━━━━━ TASK DATA ━━━━━

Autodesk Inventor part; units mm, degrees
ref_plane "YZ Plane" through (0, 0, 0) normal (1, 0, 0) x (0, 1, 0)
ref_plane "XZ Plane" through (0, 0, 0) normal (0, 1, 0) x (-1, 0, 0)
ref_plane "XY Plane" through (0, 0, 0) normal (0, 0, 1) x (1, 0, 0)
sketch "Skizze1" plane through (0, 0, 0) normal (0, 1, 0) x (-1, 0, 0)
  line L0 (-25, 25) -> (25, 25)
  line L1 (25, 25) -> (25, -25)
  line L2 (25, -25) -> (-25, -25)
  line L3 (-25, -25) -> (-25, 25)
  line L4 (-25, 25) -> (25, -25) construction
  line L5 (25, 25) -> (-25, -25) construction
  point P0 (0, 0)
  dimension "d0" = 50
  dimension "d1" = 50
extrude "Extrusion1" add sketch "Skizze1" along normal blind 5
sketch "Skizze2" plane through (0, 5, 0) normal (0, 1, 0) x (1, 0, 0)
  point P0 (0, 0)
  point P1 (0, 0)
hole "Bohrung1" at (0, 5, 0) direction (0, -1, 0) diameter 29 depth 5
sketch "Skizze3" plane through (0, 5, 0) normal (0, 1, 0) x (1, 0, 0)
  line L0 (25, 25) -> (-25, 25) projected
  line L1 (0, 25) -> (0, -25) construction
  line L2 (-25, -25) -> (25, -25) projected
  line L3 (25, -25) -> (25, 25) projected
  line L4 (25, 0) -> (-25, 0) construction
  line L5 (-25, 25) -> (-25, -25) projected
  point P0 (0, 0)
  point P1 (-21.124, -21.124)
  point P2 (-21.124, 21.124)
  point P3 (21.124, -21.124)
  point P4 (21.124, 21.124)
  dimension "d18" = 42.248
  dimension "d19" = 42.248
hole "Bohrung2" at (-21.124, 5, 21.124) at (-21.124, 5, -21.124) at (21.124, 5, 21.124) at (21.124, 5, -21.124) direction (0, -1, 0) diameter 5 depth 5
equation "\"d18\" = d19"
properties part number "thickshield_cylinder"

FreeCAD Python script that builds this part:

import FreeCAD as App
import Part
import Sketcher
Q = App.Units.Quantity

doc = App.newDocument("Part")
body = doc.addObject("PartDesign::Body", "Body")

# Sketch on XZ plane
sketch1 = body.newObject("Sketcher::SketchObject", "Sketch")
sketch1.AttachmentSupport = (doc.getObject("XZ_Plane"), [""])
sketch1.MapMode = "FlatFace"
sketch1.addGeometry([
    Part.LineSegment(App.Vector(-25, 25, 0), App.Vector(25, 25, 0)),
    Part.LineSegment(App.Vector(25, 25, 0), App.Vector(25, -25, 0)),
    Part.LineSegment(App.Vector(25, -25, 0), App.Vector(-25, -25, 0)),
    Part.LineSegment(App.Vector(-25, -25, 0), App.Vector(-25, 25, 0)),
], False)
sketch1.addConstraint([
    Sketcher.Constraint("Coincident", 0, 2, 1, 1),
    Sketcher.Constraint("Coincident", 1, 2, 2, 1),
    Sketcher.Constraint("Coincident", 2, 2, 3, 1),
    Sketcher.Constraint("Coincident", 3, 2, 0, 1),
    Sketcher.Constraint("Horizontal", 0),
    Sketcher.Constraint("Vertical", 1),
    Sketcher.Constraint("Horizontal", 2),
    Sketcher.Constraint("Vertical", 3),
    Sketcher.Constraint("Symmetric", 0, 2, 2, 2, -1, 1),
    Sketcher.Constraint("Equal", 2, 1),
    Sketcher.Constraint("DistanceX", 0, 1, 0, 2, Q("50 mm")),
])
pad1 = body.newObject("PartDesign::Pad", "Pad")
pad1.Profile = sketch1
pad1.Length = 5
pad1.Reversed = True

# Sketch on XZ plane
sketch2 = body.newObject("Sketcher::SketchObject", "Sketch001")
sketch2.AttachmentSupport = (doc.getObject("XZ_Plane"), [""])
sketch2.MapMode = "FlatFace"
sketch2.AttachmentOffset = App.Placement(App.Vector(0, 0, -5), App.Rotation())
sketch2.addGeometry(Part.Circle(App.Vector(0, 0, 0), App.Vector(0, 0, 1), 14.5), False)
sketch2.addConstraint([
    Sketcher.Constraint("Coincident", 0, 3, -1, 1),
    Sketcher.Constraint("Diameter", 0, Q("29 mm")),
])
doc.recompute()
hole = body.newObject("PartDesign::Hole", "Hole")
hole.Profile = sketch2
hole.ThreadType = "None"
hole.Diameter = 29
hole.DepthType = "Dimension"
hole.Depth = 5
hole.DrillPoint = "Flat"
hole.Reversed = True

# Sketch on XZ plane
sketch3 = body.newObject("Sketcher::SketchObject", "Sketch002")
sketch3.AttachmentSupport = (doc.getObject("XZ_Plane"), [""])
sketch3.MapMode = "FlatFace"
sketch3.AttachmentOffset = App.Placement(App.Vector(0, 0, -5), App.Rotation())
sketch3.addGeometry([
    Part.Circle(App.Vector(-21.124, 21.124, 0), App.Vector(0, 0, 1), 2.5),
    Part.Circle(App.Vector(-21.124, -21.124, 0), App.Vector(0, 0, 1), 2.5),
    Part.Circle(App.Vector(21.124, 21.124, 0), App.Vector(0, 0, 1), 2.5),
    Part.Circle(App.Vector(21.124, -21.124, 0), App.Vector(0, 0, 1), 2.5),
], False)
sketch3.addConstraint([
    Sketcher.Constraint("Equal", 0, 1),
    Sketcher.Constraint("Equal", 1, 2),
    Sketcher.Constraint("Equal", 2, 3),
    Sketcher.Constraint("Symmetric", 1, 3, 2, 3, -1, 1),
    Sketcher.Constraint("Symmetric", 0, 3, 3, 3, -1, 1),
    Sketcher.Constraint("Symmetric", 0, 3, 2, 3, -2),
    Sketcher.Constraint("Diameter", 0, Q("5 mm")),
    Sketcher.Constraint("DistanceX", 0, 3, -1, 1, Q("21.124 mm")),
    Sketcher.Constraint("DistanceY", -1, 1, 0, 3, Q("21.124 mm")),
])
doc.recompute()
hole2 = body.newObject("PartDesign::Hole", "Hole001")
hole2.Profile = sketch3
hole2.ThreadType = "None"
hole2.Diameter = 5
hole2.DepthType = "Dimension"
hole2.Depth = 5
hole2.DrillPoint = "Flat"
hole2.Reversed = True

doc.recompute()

━━━━━
━━━━━ TASK DATA ━━━━━

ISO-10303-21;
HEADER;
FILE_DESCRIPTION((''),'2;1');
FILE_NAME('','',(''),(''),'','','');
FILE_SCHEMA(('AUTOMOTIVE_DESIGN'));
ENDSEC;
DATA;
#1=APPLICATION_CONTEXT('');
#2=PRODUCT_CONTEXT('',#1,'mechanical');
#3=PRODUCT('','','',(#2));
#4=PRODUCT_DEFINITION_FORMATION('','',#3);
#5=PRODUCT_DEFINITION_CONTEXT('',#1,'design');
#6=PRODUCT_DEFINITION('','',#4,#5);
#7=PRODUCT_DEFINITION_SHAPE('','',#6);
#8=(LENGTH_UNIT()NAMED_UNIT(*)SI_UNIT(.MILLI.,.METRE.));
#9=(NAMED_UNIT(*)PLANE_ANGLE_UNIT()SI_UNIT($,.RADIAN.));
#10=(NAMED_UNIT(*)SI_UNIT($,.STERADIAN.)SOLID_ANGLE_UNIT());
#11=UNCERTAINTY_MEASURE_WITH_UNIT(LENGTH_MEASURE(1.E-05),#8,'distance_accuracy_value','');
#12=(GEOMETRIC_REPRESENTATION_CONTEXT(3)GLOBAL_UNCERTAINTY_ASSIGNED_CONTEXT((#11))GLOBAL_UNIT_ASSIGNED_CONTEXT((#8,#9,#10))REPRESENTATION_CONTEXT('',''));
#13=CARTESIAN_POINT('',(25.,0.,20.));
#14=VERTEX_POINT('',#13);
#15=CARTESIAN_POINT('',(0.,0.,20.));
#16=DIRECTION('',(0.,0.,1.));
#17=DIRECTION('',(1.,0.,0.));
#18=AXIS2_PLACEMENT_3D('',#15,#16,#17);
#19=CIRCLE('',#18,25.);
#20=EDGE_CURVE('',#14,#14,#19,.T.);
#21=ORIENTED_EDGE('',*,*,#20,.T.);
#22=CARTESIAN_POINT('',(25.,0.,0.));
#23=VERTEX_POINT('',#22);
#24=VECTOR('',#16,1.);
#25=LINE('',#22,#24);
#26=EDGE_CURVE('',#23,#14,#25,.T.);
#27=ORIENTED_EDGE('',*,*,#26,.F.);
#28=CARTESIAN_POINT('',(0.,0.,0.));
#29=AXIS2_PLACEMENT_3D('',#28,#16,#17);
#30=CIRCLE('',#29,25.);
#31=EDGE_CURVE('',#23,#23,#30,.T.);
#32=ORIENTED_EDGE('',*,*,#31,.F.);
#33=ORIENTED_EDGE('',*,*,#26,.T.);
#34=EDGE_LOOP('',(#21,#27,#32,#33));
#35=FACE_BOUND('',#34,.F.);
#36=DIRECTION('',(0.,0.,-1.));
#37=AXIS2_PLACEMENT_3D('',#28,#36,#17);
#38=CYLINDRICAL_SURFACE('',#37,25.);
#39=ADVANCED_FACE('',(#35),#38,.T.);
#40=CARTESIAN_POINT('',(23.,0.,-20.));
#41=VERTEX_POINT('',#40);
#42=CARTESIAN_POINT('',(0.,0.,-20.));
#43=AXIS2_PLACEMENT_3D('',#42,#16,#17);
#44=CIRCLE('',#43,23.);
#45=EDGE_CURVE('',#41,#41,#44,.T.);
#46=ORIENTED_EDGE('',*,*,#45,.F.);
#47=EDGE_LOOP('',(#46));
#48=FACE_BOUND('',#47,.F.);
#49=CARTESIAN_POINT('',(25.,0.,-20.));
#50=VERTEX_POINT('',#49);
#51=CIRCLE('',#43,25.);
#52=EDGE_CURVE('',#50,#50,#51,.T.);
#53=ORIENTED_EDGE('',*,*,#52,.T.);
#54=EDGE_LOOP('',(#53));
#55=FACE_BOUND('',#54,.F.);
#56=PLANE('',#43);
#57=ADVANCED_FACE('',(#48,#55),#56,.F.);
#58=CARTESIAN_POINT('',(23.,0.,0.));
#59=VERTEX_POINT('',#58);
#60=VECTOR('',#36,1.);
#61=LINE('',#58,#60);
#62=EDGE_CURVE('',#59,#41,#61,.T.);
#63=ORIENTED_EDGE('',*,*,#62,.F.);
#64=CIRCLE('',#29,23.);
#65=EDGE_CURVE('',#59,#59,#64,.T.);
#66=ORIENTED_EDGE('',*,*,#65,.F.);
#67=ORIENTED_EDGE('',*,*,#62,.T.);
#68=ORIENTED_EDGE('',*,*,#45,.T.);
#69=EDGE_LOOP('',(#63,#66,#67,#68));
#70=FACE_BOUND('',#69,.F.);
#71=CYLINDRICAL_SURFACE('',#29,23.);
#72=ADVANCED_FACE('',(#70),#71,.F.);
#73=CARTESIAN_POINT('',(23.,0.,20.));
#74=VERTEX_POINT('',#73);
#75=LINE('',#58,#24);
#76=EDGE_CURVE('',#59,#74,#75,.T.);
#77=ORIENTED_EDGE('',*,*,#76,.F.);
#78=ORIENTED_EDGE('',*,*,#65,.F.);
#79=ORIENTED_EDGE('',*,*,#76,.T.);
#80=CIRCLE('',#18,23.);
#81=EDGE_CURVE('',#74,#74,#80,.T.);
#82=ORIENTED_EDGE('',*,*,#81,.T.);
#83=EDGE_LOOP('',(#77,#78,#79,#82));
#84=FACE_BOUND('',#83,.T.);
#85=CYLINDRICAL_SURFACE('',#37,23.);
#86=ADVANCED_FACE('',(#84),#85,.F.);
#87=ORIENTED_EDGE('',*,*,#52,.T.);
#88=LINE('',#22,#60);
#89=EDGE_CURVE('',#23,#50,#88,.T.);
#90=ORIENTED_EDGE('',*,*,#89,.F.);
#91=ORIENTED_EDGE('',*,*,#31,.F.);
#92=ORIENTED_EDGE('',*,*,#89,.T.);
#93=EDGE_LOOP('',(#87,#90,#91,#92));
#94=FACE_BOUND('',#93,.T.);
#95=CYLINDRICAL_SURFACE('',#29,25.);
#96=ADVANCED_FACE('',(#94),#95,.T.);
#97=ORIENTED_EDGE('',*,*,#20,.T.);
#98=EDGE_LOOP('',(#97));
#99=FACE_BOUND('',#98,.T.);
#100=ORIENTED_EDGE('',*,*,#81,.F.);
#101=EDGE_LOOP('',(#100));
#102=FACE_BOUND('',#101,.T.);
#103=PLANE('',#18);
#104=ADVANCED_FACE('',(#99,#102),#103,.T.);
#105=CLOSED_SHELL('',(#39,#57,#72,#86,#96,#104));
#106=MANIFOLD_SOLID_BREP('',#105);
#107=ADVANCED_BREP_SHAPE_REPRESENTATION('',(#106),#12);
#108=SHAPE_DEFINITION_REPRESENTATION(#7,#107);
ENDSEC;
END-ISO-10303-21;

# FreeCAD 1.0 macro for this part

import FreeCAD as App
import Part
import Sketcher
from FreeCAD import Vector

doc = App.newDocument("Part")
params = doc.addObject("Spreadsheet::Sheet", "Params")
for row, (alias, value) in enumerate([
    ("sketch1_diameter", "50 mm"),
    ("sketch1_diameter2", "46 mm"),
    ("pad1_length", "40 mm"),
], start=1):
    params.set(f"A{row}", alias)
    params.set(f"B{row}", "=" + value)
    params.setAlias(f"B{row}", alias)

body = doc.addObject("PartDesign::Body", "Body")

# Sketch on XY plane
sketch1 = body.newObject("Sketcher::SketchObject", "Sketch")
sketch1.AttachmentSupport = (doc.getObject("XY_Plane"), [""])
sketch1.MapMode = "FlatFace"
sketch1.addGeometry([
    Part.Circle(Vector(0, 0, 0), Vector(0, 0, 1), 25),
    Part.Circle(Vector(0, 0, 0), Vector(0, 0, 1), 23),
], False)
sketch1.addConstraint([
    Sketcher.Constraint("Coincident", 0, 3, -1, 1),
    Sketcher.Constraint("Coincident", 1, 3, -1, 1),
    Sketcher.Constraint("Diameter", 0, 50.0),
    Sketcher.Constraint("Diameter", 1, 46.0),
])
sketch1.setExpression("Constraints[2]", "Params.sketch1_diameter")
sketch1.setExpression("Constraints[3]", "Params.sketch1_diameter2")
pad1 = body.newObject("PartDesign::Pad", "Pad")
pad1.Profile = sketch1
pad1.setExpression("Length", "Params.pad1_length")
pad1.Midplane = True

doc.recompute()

━━━━━
━━━━━ TASK DATA ━━━━━

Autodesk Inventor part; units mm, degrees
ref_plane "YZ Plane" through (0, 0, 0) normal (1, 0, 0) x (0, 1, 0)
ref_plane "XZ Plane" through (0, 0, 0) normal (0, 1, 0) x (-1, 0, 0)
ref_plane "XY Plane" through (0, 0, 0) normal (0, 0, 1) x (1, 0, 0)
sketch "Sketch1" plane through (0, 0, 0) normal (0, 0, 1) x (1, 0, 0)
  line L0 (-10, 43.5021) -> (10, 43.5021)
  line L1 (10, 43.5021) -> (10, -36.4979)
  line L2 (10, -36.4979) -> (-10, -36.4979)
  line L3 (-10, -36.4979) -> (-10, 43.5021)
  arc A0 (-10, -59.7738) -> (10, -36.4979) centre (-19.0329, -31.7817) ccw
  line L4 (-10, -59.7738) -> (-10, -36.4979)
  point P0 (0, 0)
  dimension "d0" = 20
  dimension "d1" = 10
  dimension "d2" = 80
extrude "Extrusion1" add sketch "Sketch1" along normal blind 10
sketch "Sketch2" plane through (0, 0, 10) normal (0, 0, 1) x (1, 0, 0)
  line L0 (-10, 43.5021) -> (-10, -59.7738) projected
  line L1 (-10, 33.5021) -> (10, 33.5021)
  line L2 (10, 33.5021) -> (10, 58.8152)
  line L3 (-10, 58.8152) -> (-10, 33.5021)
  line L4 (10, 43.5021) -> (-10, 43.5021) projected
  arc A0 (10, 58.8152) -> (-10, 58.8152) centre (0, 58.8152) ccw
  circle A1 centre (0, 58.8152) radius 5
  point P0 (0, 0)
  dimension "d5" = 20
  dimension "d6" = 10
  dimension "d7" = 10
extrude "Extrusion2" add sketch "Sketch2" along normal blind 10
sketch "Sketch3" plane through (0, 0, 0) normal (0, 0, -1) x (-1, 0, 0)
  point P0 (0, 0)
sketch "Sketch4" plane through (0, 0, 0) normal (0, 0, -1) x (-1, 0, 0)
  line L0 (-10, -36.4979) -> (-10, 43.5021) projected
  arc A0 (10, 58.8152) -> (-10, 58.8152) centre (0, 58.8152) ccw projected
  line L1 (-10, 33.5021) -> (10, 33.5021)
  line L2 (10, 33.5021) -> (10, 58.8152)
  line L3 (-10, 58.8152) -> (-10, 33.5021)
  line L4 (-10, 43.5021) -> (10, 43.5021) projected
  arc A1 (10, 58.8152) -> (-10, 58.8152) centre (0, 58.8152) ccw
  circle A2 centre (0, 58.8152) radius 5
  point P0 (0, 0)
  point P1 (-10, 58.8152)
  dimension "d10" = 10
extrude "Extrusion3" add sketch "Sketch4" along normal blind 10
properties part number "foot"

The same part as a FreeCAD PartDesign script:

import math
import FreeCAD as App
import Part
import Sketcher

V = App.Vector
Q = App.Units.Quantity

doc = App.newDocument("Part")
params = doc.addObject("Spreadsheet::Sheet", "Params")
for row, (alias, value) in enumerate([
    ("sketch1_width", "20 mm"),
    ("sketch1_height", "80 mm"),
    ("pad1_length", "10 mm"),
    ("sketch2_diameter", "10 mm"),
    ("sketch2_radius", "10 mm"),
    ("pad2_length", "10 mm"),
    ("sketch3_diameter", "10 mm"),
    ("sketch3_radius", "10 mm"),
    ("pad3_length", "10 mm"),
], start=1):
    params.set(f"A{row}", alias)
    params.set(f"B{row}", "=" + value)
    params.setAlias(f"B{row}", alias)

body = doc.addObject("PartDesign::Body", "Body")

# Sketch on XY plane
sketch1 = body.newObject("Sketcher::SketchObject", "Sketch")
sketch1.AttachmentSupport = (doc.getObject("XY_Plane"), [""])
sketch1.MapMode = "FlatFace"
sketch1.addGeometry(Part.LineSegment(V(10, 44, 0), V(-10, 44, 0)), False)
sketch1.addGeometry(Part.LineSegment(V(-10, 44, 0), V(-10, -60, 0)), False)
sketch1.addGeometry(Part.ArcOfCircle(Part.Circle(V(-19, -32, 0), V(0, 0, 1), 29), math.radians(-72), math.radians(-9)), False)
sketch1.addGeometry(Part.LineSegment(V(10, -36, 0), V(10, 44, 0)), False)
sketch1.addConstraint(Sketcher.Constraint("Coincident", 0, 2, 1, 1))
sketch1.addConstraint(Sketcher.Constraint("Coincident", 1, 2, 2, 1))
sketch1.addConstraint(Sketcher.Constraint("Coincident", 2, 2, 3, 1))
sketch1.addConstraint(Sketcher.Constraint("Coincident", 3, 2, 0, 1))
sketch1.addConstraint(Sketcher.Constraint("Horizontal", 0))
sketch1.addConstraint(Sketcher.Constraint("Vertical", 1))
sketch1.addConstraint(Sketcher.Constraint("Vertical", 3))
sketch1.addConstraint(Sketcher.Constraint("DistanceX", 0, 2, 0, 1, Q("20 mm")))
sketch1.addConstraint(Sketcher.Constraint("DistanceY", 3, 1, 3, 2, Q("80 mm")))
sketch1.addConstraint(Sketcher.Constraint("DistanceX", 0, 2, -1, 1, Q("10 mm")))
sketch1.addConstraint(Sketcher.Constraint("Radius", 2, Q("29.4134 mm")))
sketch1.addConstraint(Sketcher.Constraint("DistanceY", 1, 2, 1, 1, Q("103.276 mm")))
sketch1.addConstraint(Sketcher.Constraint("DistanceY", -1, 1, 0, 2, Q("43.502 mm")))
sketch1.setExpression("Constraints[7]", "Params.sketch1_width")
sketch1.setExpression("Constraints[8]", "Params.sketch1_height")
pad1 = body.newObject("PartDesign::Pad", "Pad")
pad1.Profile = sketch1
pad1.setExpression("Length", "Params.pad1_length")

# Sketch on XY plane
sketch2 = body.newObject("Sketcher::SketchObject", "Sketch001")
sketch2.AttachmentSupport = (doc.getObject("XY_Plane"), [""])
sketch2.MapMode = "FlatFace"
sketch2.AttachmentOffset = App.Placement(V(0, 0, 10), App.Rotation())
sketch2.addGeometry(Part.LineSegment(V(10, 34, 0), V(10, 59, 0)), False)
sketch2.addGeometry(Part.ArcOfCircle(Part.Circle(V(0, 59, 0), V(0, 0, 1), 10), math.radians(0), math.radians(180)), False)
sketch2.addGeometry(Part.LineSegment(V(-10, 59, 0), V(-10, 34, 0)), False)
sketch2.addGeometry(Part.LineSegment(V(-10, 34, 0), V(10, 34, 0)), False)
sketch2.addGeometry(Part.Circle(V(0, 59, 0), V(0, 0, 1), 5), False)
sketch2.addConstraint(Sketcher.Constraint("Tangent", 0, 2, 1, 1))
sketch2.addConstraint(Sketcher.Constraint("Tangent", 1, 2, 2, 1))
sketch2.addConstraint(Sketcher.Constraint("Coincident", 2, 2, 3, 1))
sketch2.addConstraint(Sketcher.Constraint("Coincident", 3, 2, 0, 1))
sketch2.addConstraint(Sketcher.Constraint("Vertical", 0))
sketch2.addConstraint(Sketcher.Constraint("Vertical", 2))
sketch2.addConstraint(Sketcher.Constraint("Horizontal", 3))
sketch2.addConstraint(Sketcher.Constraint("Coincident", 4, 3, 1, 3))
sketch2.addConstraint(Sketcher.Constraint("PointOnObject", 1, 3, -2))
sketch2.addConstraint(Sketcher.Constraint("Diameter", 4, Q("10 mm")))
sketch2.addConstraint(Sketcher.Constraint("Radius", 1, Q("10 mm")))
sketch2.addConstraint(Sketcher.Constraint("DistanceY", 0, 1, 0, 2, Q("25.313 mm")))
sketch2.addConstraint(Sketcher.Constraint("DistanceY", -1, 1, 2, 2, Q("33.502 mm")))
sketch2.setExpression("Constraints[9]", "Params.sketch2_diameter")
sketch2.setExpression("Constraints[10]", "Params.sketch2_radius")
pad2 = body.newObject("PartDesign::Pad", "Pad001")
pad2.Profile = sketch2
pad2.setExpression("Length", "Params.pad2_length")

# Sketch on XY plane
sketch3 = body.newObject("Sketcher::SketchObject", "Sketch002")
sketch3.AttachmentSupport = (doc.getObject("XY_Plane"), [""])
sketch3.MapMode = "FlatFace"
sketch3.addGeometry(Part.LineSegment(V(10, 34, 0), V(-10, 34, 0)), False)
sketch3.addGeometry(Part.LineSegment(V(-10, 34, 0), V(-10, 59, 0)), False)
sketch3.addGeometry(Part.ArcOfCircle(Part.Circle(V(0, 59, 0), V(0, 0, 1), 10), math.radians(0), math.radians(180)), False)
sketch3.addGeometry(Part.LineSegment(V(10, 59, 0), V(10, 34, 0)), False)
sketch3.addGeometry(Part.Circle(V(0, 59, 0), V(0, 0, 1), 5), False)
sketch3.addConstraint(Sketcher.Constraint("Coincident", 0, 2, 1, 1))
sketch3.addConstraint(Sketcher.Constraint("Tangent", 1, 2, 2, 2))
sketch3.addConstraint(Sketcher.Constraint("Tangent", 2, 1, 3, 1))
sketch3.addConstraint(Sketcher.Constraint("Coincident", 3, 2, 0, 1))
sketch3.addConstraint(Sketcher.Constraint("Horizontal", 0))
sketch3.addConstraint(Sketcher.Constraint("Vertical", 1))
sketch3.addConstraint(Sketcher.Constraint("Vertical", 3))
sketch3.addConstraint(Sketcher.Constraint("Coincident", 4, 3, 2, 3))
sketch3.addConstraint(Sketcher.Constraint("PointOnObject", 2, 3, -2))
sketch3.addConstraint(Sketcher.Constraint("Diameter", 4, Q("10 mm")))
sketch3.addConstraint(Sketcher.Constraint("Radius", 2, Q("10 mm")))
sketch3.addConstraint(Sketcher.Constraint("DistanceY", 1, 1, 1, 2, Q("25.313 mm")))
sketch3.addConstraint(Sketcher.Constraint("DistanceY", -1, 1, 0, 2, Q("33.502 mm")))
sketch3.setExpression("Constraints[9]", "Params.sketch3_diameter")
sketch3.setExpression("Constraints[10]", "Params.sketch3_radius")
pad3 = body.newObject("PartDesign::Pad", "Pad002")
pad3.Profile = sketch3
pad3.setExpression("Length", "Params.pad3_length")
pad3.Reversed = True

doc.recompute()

━━━━━

**WHAT TO PRODUCE**
Starting at the line that contains "#90=ORIENTED_EDGE('',*,*,#89,.F.);" and stopping after the line that contains "#99=FACE_BOUND('',#98,.T.);", write out every line exactly as it appears above, and no other line.

**FINISHED EXERCISE**
#90=ORIENTED_EDGE('',*,*,#89,.F.);
#91=ORIENTED_EDGE('',*,*,#31,.F.);
#92=ORIENTED_EDGE('',*,*,#89,.T.);
#93=EDGE_LOOP('',(#87,#90,#91,#92));
#94=FACE_BOUND('',#93,.T.);
#95=CYLINDRICAL_SURFACE('',#29,25.);
#96=ADVANCED_FACE('',(#94),#95,.T.);
#97=ORIENTED_EDGE('',*,*,#20,.T.);
#98=EDGE_LOOP('',(#97));
#99=FACE_BOUND('',#98,.T.);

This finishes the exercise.